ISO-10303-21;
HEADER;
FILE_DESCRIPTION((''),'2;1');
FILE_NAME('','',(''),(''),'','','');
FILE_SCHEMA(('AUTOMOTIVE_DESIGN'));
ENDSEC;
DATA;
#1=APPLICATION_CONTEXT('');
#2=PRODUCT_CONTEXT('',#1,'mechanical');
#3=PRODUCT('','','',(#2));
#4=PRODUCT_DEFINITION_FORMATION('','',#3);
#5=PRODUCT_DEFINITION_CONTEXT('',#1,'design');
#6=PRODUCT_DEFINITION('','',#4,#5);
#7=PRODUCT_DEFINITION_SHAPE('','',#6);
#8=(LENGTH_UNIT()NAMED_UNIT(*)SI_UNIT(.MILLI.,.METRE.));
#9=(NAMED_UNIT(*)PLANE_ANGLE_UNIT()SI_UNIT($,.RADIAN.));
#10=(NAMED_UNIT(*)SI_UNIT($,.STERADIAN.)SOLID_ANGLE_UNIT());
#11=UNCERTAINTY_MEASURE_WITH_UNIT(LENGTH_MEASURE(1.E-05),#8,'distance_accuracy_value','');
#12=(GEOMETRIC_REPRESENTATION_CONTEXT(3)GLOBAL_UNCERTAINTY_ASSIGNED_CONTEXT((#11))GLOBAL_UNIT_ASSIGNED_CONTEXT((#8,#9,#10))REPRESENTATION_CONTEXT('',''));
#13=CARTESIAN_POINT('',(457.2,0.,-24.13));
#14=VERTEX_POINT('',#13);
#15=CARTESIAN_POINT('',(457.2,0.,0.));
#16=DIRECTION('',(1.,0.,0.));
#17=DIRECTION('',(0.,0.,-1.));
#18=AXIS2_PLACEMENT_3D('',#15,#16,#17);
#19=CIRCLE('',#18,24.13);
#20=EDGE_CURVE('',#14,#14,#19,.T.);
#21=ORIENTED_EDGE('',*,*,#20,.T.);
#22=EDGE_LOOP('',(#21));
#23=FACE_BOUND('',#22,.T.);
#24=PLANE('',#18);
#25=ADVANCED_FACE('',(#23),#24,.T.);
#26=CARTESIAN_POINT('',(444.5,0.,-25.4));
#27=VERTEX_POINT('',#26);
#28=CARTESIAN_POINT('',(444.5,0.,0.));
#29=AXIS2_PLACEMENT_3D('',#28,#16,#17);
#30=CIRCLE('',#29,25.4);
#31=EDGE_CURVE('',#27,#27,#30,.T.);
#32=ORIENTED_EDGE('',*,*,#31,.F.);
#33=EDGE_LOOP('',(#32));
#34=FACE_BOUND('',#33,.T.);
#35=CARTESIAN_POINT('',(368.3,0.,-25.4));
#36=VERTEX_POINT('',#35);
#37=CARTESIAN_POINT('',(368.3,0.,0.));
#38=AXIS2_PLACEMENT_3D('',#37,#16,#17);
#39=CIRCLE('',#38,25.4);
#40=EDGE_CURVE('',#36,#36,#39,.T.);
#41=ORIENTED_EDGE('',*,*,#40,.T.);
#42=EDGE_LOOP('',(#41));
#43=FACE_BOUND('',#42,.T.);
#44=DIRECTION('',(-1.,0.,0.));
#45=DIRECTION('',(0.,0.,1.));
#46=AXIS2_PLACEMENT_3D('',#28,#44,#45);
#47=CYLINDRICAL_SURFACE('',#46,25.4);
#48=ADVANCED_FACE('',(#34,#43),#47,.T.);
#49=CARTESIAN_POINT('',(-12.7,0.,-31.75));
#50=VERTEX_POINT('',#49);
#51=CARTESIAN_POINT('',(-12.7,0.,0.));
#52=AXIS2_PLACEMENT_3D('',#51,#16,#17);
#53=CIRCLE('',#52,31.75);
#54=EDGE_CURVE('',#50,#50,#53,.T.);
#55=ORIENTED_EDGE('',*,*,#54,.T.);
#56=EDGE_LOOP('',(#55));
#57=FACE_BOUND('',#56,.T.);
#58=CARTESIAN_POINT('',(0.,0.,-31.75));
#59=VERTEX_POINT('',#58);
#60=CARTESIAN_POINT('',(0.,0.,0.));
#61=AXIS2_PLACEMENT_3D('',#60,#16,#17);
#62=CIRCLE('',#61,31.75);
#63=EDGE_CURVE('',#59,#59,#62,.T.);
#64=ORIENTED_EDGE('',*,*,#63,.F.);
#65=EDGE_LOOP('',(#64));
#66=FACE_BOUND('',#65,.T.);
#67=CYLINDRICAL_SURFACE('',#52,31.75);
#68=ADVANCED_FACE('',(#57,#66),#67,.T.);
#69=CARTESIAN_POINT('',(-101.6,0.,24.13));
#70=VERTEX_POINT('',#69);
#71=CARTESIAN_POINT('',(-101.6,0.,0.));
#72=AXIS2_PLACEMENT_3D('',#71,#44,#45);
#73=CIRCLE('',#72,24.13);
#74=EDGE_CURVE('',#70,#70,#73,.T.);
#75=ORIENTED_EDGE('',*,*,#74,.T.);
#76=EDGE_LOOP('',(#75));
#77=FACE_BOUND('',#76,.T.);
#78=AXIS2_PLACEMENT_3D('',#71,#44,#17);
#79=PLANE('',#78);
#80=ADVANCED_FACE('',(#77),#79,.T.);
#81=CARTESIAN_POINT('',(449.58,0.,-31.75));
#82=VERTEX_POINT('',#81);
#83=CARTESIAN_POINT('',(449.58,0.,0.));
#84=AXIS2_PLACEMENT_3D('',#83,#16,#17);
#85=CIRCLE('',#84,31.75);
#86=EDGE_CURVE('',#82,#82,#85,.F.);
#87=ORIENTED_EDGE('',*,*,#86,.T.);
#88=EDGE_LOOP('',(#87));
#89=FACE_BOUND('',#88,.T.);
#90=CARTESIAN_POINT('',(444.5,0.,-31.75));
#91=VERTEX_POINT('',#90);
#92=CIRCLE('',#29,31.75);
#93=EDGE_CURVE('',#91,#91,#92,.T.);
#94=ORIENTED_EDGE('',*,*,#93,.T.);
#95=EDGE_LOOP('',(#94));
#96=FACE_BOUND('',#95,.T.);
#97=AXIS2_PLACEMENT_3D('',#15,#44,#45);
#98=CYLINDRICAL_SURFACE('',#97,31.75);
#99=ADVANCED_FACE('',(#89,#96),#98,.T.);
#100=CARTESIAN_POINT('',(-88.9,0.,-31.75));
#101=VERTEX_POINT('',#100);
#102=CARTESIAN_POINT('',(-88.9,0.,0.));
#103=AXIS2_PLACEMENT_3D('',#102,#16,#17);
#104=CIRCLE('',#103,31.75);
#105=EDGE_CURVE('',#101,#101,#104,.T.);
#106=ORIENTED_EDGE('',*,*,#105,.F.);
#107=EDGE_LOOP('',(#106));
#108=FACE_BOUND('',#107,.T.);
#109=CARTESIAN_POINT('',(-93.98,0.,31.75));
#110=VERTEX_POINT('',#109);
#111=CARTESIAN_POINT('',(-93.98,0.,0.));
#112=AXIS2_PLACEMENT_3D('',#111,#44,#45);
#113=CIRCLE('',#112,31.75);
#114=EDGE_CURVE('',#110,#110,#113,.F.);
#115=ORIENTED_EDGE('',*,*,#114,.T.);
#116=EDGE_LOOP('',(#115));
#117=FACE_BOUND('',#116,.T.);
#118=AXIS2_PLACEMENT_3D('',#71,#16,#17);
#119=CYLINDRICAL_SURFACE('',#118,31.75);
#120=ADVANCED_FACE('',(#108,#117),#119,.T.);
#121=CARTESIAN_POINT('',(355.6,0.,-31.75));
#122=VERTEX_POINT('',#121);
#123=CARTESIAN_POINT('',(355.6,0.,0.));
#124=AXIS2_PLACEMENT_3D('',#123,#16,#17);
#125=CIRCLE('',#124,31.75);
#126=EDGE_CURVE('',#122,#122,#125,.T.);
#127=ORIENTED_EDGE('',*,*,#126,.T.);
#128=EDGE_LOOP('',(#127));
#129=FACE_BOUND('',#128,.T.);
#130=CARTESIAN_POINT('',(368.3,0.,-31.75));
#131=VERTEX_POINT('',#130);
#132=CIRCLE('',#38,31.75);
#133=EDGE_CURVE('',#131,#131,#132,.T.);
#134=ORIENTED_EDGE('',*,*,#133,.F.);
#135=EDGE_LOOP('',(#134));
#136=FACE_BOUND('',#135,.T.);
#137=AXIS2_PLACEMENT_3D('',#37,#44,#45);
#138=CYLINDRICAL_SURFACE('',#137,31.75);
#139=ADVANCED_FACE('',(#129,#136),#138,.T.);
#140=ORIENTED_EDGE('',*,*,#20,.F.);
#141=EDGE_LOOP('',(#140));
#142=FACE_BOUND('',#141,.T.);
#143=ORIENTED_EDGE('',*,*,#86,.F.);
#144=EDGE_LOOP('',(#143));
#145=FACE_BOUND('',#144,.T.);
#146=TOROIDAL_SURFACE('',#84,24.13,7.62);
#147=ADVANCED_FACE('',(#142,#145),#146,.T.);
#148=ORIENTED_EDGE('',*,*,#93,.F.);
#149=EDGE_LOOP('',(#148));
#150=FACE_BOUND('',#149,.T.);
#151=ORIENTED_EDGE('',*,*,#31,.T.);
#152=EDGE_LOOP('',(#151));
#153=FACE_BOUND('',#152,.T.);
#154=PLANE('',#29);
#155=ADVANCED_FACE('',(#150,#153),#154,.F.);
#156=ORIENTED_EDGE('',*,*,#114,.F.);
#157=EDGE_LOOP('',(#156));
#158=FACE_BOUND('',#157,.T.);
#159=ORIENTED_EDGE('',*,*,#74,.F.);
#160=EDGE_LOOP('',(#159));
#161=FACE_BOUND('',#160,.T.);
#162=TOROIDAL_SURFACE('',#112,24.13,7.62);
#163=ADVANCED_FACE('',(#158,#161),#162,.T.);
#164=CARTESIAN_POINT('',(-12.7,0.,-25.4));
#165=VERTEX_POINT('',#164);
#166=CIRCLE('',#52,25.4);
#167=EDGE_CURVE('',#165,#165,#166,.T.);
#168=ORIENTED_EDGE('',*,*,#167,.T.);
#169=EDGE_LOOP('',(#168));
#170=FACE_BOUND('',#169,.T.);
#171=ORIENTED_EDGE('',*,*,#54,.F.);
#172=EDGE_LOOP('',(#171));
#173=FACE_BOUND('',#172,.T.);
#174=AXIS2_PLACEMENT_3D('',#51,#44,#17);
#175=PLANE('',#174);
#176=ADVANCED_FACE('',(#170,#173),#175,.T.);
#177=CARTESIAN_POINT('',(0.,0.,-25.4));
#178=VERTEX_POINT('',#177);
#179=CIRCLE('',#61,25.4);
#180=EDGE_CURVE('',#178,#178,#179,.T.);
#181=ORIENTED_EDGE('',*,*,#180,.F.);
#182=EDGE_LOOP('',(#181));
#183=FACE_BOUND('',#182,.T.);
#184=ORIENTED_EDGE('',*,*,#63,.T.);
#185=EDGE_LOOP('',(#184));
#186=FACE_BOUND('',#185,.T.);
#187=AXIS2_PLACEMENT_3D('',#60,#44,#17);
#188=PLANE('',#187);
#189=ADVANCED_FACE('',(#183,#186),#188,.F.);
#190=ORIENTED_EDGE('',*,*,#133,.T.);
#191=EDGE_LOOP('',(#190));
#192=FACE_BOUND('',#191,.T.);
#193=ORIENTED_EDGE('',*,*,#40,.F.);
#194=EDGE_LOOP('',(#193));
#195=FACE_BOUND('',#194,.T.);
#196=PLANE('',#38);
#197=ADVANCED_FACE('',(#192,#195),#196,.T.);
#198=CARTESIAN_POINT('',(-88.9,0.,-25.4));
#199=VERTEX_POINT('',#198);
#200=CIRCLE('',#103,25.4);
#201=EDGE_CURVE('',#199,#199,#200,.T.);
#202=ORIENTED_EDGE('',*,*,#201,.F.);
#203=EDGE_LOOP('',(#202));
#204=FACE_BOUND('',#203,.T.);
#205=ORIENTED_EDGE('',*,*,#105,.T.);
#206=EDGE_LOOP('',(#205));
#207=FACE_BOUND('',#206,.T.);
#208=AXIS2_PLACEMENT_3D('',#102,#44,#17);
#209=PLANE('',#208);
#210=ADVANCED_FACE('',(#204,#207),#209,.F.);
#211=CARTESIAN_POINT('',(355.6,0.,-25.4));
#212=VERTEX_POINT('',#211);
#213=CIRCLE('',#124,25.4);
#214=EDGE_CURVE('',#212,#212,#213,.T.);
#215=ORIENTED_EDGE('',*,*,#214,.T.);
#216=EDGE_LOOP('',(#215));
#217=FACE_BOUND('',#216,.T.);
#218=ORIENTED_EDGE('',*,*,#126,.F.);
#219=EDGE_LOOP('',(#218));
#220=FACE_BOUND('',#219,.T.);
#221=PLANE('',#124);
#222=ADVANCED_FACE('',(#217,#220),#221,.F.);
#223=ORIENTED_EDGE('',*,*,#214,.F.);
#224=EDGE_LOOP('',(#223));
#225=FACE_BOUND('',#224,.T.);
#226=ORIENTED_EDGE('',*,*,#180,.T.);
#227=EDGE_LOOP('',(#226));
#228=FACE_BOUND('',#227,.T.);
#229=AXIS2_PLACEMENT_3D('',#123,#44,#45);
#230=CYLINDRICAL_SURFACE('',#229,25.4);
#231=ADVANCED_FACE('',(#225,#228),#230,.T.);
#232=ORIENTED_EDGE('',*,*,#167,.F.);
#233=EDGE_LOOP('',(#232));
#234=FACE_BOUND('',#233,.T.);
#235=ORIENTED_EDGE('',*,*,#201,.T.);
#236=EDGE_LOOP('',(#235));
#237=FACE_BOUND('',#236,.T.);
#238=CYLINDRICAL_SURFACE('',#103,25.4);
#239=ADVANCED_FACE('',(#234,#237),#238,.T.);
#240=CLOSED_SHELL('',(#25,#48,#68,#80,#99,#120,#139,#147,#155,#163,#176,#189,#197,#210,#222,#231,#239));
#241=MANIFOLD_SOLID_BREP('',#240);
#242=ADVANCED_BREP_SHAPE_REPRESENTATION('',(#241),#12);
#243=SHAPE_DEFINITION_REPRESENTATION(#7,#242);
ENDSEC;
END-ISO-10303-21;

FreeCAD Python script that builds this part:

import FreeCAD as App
import Part
import Sketcher

V = App.Vector
Q = App.Units.Quantity


def edges_at(feature, points):
    """Names of the edges that pass closest to the given points."""
    edges = feature.Shape.Edges
    near = lambda p: min(range(len(edges)), key=lambda i: edges[i].distToShape(Part.Vertex(*p))[0])
    return sorted({f"Edge{near(p) + 1}" for p in points})

doc = App.newDocument("Part")
params = doc.addObject("Spreadsheet::Sheet", "Params")
for row, (alias, value) in enumerate([
    ("sketch1_diameter", "2 in"),
    ("pad1_length", "14 in"),
    ("sketch2_diameter", "2.5 in"),
    ("pad2_length", "0.5 in"),
    ("sketch3_diameter", "2 in"),
    ("pad3_length", "3 in"),
    ("sketch4_diameter", "2.5 in"),
    ("pad4_length", "0.5 in"),
    ("fillet_radius", "0.3 in"),
    ("fillet2_radius", "0.3 in"),
], start=1):
    params.set(f"A{row}", alias)
    params.set(f"B{row}", "=" + value)
    params.setAlias(f"B{row}", alias)

body = doc.addObject("PartDesign::Body", "Body")

sketch1 = body.newObject("Sketcher::SketchObject", "Sketch")
sketch1.AttachmentSupport = (doc.getObject("YZ_Plane"), [""])
sketch1.MapMode = "FlatFace"
sketch1.addGeometry(Part.Circle(V(0, 0, 0), V(0, 0, 1), 25.4), False)
sketch1.addConstraint([
    Sketcher.Constraint("Coincident", 0, 3, -1, 1),
    Sketcher.Constraint("Diameter", 0, Q("2 in")),
])
sketch1.setExpression("Constraints[1]", "Params.sketch1_diameter")
pad1 = body.newObject("PartDesign::Pad", "Pad")
pad1.Profile = sketch1
pad1.setExpression("Length", "Params.pad1_length")

sketch2 = body.newObject("Sketcher::SketchObject", "Sketch001")
sketch2.AttachmentSupport = (doc.getObject("YZ_Plane"), [""])
sketch2.MapMode = "FlatFace"
sketch2.AttachmentOffset = App.Placement(V(0, 0, 14 * 25.4), App.Rotation())
sketch2.addGeometry(Part.Circle(V(0, 0, 0), V(0, 0, 1), 31.75), False)
sketch2.addConstraint([
    Sketcher.Constraint("Coincident", 0, 3, -1, 1),
    Sketcher.Constraint("Diameter", 0, Q("2.5 in")),
])
sketch2.setExpression("Constraints[1]", "Params.sketch2_diameter")
pad2 = body.newObject("PartDesign::Pad", "Pad001")
pad2.Profile = sketch2
pad2.setExpression("Length", "Params.pad2_length")

sketch3 = body.newObject("Sketcher::SketchObject", "Sketch002")
sketch3.AttachmentSupport = (doc.getObject("YZ_Plane"), [""])
sketch3.MapMode = "FlatFace"
sketch3.AttachmentOffset = App.Placement(V(0, 0, 14.5 * 25.4), App.Rotation())
sketch3.addGeometry(Part.Circle(V(0, 0, 0), V(0, 0, 1), 25.4), False)
sketch3.addConstraint([
    Sketcher.Constraint("Coincident", 0, 3, -1, 1),
    Sketcher.Constraint("Diameter", 0, Q("2 in")),
])
sketch3.setExpression("Constraints[1]", "Params.sketch3_diameter")
pad3 = body.newObject("PartDesign::Pad", "Pad002")
pad3.Profile = sketch3
pad3.setExpression("Length", "Params.pad3_length")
-- -- --
▶ _What the task asks_
When you reach the line with "#131=VERTEX_POINT('',#130);" in the records above, start writing out lines exactly, and stop once the line with "#139=ADVANCED_FACE('',(#129,#136),#138,.T.);" has been written; include nothing else.

▶ _Answer below_
#131=VERTEX_POINT('',#130);
#132=CIRCLE('',#38,31.75);
#133=EDGE_CURVE('',#131,#131,#132,.T.);
#134=ORIENTED_EDGE('',*,*,#133,.F.);
#135=EDGE_LOOP('',(#134));
#136=FACE_BOUND('',#135,.T.);
#137=AXIS2_PLACEMENT_3D('',#37,#44,#45);
#138=CYLINDRICAL_SURFACE('',#137,31.75);
#139=ADVANCED_FACE('',(#129,#136),#138,.T.);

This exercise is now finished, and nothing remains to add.